Que houve uma tentativa de unir o culto de Afrodite Ericina ao território de Cartago, uma antiga cerimônia demonstraria [6]: uma vez por ano, pombos viajantes saíam do templo de Erice em direção a Cartago, e voltavam depois de alguns dias , acolhidos pela população exultante que os considerou companheiros da deusa que, invisível, visitou o lugar africano e depois voltou ao templo. Emanuele Ciaceri afirmou que, em sua época, no final do século 800, ainda era possível observar pombos que, anualmente, saíam do Monte Erice para ir para a Líbia e depois voltar [7].
Além da origem do culto, na região dos Elimi e em todo caso em toda a área sob a influência púnica, Afrodite era vista como a deusa da fecundação, assim como a protetora dos marinheiros. Com características mais próximas da mitologia helênica clássica, o culto a Afrodite era praticado no resto da ilha. Falamos de tal culto a Syracuse, Acre, Messina, Selinunte, Hymera, Naxos e Catania [8].
Os achados arqueológicos fornecem informações sobre o culto de Afrodite em diferentes partes da Sicília; no Monte Hiato, sede do antigo centro Elimo de Iaitai, foram encontrados os restos de um santuário dedicado à deusa. Sob as ruínas do santuário, que data de meados do século VI. AC [9], foram encontrados vestígios de ocupação que datam do final do século VIII AC. Isso sugeriria um culto indígena helenizado posterior.
Dos três templos de Selinunte designados com as letras E, F e G, o templo E, que normalmente é atribuído a Hera, também é designado a Afrodite [10].
Também para Morgantina vestígios do culto a Afrodite foram encontrados. Além de uma antiga inscrição que sugeria a existência de um templo dedicado à deusa, foram encontrados os restos de um santuário e, nas proximidades, um vaso dedicado a Afrodite. O santuário remonta ao final do século IV. B.C.

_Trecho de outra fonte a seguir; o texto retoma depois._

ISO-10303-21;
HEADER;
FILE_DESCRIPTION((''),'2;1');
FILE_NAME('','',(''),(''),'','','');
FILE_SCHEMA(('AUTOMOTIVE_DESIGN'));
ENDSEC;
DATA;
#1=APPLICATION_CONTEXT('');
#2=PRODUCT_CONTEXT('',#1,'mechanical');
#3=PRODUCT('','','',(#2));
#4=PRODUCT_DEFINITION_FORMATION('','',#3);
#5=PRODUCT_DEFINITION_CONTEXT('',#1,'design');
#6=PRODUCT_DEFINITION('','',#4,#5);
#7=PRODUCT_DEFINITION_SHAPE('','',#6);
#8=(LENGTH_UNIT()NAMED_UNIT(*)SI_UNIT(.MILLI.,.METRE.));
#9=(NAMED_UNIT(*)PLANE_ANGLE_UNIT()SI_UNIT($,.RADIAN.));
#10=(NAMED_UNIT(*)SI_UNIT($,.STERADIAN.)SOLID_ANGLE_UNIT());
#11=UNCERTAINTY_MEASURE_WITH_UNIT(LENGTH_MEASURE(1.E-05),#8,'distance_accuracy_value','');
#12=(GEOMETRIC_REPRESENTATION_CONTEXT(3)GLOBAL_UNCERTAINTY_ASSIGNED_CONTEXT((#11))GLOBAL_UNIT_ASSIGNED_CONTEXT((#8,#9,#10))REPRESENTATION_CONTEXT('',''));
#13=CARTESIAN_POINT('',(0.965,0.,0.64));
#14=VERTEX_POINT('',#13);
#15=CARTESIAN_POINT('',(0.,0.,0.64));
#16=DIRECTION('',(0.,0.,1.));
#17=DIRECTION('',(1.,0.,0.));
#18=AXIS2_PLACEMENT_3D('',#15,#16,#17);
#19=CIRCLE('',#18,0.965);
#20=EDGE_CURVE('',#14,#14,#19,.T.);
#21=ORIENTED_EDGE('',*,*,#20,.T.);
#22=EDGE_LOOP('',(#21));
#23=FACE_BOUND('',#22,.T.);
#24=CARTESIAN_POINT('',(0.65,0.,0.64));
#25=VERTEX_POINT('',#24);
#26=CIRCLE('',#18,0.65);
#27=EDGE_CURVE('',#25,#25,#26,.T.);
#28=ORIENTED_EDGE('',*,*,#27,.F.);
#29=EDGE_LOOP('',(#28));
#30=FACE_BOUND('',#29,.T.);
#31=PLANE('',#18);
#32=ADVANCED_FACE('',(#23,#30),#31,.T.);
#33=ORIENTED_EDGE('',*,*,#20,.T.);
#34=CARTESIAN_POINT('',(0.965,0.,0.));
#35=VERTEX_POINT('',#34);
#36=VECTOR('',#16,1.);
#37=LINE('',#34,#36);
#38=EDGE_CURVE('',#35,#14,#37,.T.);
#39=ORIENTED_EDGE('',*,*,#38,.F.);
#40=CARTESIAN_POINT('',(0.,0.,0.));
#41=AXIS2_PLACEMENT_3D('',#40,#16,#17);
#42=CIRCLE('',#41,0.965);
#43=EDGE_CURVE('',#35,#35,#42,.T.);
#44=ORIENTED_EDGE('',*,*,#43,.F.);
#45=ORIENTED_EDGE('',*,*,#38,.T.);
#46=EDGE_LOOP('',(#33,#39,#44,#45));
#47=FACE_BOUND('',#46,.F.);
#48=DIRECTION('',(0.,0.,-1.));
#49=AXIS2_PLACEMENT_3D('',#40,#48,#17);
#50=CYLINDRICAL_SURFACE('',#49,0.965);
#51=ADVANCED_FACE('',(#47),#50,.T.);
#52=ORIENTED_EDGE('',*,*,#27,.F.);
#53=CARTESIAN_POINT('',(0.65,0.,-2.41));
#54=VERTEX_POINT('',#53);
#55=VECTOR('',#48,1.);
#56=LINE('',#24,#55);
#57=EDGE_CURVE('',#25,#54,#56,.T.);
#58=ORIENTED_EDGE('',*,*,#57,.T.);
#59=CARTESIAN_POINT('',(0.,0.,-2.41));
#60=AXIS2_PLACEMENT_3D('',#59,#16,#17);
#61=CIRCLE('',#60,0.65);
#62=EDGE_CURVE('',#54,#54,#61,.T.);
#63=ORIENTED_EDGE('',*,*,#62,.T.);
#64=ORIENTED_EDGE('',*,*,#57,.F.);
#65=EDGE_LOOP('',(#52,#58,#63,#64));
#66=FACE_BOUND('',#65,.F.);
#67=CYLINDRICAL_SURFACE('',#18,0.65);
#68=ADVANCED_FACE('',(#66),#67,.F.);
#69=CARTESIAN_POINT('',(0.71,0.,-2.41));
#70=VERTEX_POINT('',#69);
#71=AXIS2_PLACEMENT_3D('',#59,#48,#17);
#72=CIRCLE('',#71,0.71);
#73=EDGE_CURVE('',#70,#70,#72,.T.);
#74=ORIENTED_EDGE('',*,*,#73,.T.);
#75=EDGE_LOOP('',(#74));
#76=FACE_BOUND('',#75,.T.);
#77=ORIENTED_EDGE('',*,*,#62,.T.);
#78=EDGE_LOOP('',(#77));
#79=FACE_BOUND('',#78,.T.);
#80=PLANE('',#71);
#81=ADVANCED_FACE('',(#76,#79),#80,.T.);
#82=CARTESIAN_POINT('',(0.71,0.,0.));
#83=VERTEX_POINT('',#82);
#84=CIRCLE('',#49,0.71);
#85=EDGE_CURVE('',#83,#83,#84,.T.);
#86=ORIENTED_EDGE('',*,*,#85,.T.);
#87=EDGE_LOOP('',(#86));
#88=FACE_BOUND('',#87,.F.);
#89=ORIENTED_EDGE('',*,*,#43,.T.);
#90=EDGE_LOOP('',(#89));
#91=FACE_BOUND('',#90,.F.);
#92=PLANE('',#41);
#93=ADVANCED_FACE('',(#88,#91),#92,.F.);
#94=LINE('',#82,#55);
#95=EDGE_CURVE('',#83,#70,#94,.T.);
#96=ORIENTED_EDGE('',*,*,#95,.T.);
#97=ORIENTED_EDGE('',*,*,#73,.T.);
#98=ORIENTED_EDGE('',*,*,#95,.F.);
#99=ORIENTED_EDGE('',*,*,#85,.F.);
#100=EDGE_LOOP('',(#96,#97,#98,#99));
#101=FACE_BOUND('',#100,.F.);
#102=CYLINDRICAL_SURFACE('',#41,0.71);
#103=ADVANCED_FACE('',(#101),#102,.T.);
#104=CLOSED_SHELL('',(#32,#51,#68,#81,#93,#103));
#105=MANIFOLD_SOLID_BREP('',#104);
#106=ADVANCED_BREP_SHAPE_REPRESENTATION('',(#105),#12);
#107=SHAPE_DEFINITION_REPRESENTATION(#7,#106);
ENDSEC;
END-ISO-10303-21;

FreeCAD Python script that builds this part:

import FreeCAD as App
import Part
import Sketcher

doc = App.newDocument("Part")
body = doc.addObject("PartDesign::Body", "Body")

# Sketch on XY plane
sketch1 = body.newObject("Sketcher::SketchObject", "Sketch")
sketch1.AttachmentSupport = (doc.getObject("XY_Plane"), [""])
sketch1.MapMode = "FlatFace"
sketch1.addGeometry(Part.Circle(App.Vector(0, 0, 0), App.Vector(0, 0, 1), 0.965), False)
sketch1.addConstraint([
    Sketcher.Constraint("Coincident", 0, 3, -1, 1),
    Sketcher.Constraint("Diameter", 0, 1.93),
])
pad1 = body.newObject("PartDesign::Pad", "Pad")
pad1.Profile = sketch1
pad1.Length = 0.64

# Sketch on XY plane
sketch2 = body.newObject("Sketcher::SketchObject", "Sketch001")
sketch2.AttachmentSupport = (doc.getObject("XY_Plane"), [""])
sketch2.MapMode = "FlatFace"
sketch2.addGeometry(Part.Circle(App.Vector(0, 0, 0), App.Vector(0, 0, 1), 0.71), False)
sketch2.addConstraint([
    Sketcher.Constraint("Coincident", 0, 3, -1, 1),
    Sketcher.Constraint("Diameter", 0, 1.42),
])
pad2 = body.newObject("PartDesign::Pad", "Pad001")
pad2.Profile = sketch2
pad2.Length = 2.41
pad2.Reversed = True

# Sketch on XY plane
sketch3 = body.newObject("Sketcher::SketchObject", "Sketch002")
sketch3.AttachmentSupport = (doc.getObject("XY_Plane"), [""])
sketch3.MapMode = "FlatFace"
sketch3.AttachmentOffset = App.Placement(App.Vector(0, 0, 0.64), App.Rotation())
sketch3.addGeometry(Part.Circle(App.Vector(0, 0, 0), App.Vector(0, 0, 1), 0.65), False)
sketch3.addConstraint([
    Sketcher.Constraint("Coincident", 0, 3, -1, 1),
    Sketcher.Constraint("Diameter", 0, 1.3),
])
pocket1 = body.newObject("PartDesign::Pocket", "Pocket")
pocket1.Profile = sketch3
pocket1.Type = "ThroughAll"

doc.recompute()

Ad Akray, os restos de um santuário do século VI ainda são visíveis. B.C; uma inscrição dedicada a Afrodite sugere que ela também foi dedicada à deusa [11].
Ad Hymera, um dos templos na área sagrada da cidade alta, e precisamente aquele nomeado com a letra B, talvez seja atribuível a Afrodite [12].
Finalmente, também um dos santuários encontrados em Mégara Iblea é atribuído ao culto da deusa.
sincretismo religioso
Com a chegada da religião cristã à ilha, a influência do culto a Afrodite não se esgotou completamente. No Monte Erice, sede do antigo templo de Vênus Ericina, um templo foi erguido Virgem Maria, mas o apelido "a beleza dos sete véus”É um vínculo claro com o antigo culto pagão. Já no século XNUMX, durante as celebrações da Madonna, a população visitava o templo pagão com frequência. Isso obrigou os membros do clero a tomar medidas para desencorajar esse hábito, aumentando as solenidades da festa de Nossa Senhora e concedendo particular indulgência aos participantes.
O abandono do culto a Afrodite pode estar, de alguma forma, relacionado à crença popular na existência de fantasma de Bellina no território de Monte Erice: segundo esta crença, uma mulher, que inicialmente surge de uma janela na forma de uma bela rapariga, lentamente transforma-se numa cobra [13]. A tradição popular siciliana poderia ser colocada na mesma perspectiva, segundo a qual no Monte S. Giuliano, como agora é chamado o Monte Erice, estão as mulheres mais bonitas da Sicília; mas se estes descem da montanha para se estabelecer em outro lugar, eles perdem toda a sua beleza [14].
Erice
Um antigo provérbio siciliano também diz:
Voos da Cu sali vaja para Trapani
Cu beddi vaja voos para lu Munti.
A transição do culto pagão de Vênus Ericina para o de Nossa Senhora não foi, portanto, imediato e a relutância da população em abandonar uma forma de culto arraigado há séculos, fez com que as cerimônias religiosas em homenagem a Nossa Senhora, ocultassem resíduos do antigo culto pagão. Um exemplo foi a festa do Madonna de Custonaci, na cidade de Monte San Giuliano, durante o qual um desfile foi realizado montado em uma série de personagens representando Vênus, Marte, Mercúrio, Saturno. A explicação desse desfile foi a seguinte: as divindades pagãs haviam sido enviadas pelo mesmo Deus, como demônios do mal para punir a cidade por seus pecados e a Madona de Custonaci, para salvar a cidade [15], teve que parar pela mesma mão divino.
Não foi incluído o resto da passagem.